= Mary Alice Heinbach =

Mary Alice Heinbach (born 9 June 1854, Pennsylvania; d. 23 January 1928, in Ilasco, Missouri) became known for a seventeen-year legal struggle, together with her sister Euphemia B. Koller (nicknamed "Feemy"), to retain possession of land she inherited in 1910 from her late husband, Sam M. Heinbach, in Ilasco. Atlas Portland Cement Company, the major industry in town, wanted to buy the land, which comprised much of the unincorporated town site.

After the case reached the Missouri State Supreme Court four times, it resulted in the county probate court placing a guardianship over Heinbach in 1921. It asserted that she was incapable of managing the land. A circuit court judge ordered a sheriff's sale of the land to Atlas Portland Cement Company, which virtually ran the town and had wanted to acquire the property from the beginning of the litigation.
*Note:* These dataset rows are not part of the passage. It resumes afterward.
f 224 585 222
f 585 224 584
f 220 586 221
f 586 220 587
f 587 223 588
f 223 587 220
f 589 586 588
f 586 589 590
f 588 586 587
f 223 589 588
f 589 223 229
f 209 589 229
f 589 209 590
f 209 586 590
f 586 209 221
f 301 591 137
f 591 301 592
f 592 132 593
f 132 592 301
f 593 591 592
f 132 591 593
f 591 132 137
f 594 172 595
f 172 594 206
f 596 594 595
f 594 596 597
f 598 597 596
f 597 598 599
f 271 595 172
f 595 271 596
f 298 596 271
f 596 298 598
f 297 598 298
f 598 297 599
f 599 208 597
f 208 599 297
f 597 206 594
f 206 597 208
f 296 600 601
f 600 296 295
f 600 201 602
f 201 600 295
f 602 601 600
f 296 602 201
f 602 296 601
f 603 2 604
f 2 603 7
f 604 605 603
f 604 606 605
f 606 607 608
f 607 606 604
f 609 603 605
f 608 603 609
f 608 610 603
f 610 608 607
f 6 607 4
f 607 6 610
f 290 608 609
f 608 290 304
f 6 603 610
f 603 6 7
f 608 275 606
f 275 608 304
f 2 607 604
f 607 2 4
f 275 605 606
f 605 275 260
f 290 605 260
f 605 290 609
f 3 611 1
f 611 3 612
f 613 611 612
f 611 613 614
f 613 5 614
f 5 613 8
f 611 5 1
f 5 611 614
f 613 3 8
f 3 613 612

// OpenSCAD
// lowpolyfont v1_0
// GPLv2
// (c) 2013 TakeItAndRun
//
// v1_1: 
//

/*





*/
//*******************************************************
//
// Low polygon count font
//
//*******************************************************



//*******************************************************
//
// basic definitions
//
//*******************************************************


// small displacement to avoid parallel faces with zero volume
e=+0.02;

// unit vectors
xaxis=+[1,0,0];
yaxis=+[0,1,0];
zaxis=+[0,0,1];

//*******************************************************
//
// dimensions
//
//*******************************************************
Koller tried to overturn the sale and expose the political complexities of the town. In 1927 the court ordered her to be confined to Missouri's State Hospital Number One for the Insane. She was held here until her death at age sixty-eight.

==Background==
Mary Alice "Mollie" Scott, widow of John M. Scott in Bowling Green, Missouri, married again to Sam Heinbach of Ilasco, Missouri in December 1908. (Andrews, p. 49)
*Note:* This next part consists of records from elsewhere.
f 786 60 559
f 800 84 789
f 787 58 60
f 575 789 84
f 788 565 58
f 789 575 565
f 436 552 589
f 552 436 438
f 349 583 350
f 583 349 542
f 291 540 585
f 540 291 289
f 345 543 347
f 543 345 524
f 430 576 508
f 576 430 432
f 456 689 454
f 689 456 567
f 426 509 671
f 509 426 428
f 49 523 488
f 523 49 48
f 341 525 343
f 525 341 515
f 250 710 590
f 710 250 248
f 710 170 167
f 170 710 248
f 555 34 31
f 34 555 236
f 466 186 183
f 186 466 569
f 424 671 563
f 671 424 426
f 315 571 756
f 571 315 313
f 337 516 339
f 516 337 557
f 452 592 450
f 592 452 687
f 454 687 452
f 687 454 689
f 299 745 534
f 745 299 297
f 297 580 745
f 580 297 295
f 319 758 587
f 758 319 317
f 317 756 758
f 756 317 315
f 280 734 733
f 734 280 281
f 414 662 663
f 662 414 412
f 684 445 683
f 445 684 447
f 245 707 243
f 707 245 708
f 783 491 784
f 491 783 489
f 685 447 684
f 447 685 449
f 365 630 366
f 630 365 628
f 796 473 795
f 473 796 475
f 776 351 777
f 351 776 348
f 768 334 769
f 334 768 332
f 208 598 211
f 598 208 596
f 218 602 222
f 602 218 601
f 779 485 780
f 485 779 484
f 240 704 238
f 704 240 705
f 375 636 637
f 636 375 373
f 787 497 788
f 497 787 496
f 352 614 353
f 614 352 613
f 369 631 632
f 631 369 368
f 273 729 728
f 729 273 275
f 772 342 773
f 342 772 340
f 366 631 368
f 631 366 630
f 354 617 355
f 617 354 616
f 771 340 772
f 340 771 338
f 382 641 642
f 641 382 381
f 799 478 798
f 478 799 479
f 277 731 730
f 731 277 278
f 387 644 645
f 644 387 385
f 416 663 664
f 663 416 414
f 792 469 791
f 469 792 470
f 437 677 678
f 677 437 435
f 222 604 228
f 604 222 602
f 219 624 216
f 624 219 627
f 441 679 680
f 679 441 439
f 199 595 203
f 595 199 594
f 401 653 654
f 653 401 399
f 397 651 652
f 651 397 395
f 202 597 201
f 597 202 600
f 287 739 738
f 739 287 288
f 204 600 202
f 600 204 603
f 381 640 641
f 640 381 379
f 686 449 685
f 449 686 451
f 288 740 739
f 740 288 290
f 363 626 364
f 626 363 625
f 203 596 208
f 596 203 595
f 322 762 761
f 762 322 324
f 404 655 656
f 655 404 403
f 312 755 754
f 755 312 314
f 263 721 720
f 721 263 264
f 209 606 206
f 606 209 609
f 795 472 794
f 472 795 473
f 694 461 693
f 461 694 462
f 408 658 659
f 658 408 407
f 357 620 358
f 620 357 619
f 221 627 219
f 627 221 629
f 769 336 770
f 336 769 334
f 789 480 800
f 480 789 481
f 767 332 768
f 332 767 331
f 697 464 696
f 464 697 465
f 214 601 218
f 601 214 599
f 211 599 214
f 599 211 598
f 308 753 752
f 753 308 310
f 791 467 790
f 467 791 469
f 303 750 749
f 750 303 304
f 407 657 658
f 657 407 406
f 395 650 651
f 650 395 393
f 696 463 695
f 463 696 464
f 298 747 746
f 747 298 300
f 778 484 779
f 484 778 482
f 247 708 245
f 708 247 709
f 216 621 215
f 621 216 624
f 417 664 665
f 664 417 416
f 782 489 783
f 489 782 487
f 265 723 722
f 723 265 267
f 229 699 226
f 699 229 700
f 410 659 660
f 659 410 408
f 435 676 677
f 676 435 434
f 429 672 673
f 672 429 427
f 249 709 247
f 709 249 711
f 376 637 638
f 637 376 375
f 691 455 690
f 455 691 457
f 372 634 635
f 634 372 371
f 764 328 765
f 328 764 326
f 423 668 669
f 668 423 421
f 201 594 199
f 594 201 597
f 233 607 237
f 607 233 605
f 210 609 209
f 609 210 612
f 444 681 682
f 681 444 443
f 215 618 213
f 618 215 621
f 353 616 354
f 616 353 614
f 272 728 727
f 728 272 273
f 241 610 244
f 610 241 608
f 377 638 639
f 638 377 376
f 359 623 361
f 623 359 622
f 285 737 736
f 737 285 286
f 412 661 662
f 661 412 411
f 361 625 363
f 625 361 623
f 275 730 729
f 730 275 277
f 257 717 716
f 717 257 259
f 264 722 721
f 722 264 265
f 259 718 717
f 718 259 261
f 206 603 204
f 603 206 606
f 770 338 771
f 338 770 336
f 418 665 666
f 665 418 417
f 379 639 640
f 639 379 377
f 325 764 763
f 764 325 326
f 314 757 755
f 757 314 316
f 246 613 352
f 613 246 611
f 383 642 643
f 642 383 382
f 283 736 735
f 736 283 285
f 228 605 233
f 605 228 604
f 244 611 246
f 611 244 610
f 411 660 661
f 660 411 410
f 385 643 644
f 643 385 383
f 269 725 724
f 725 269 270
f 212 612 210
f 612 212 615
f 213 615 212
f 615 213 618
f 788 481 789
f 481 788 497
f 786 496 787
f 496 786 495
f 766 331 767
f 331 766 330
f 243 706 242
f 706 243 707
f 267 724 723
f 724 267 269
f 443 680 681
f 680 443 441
She and her sister, Euphemia B. Koller (nicknamed "Feemy"), became involved in the Heinbach v Heinbach court case to retain possession of a plot of land that Mary's late husband, Samuel "Sam" Heinbach, had left her. They were fighting against Atlas Portland Cement Company, the major business in the small town.

Koller had acquired considerable legal expertise and acted as an ad hoc attorney as she and her sister litigated this case with hired male attorneys. She took depositions, lined up witnesses, and developed strategy for her sister's case against the protests of their attorneys.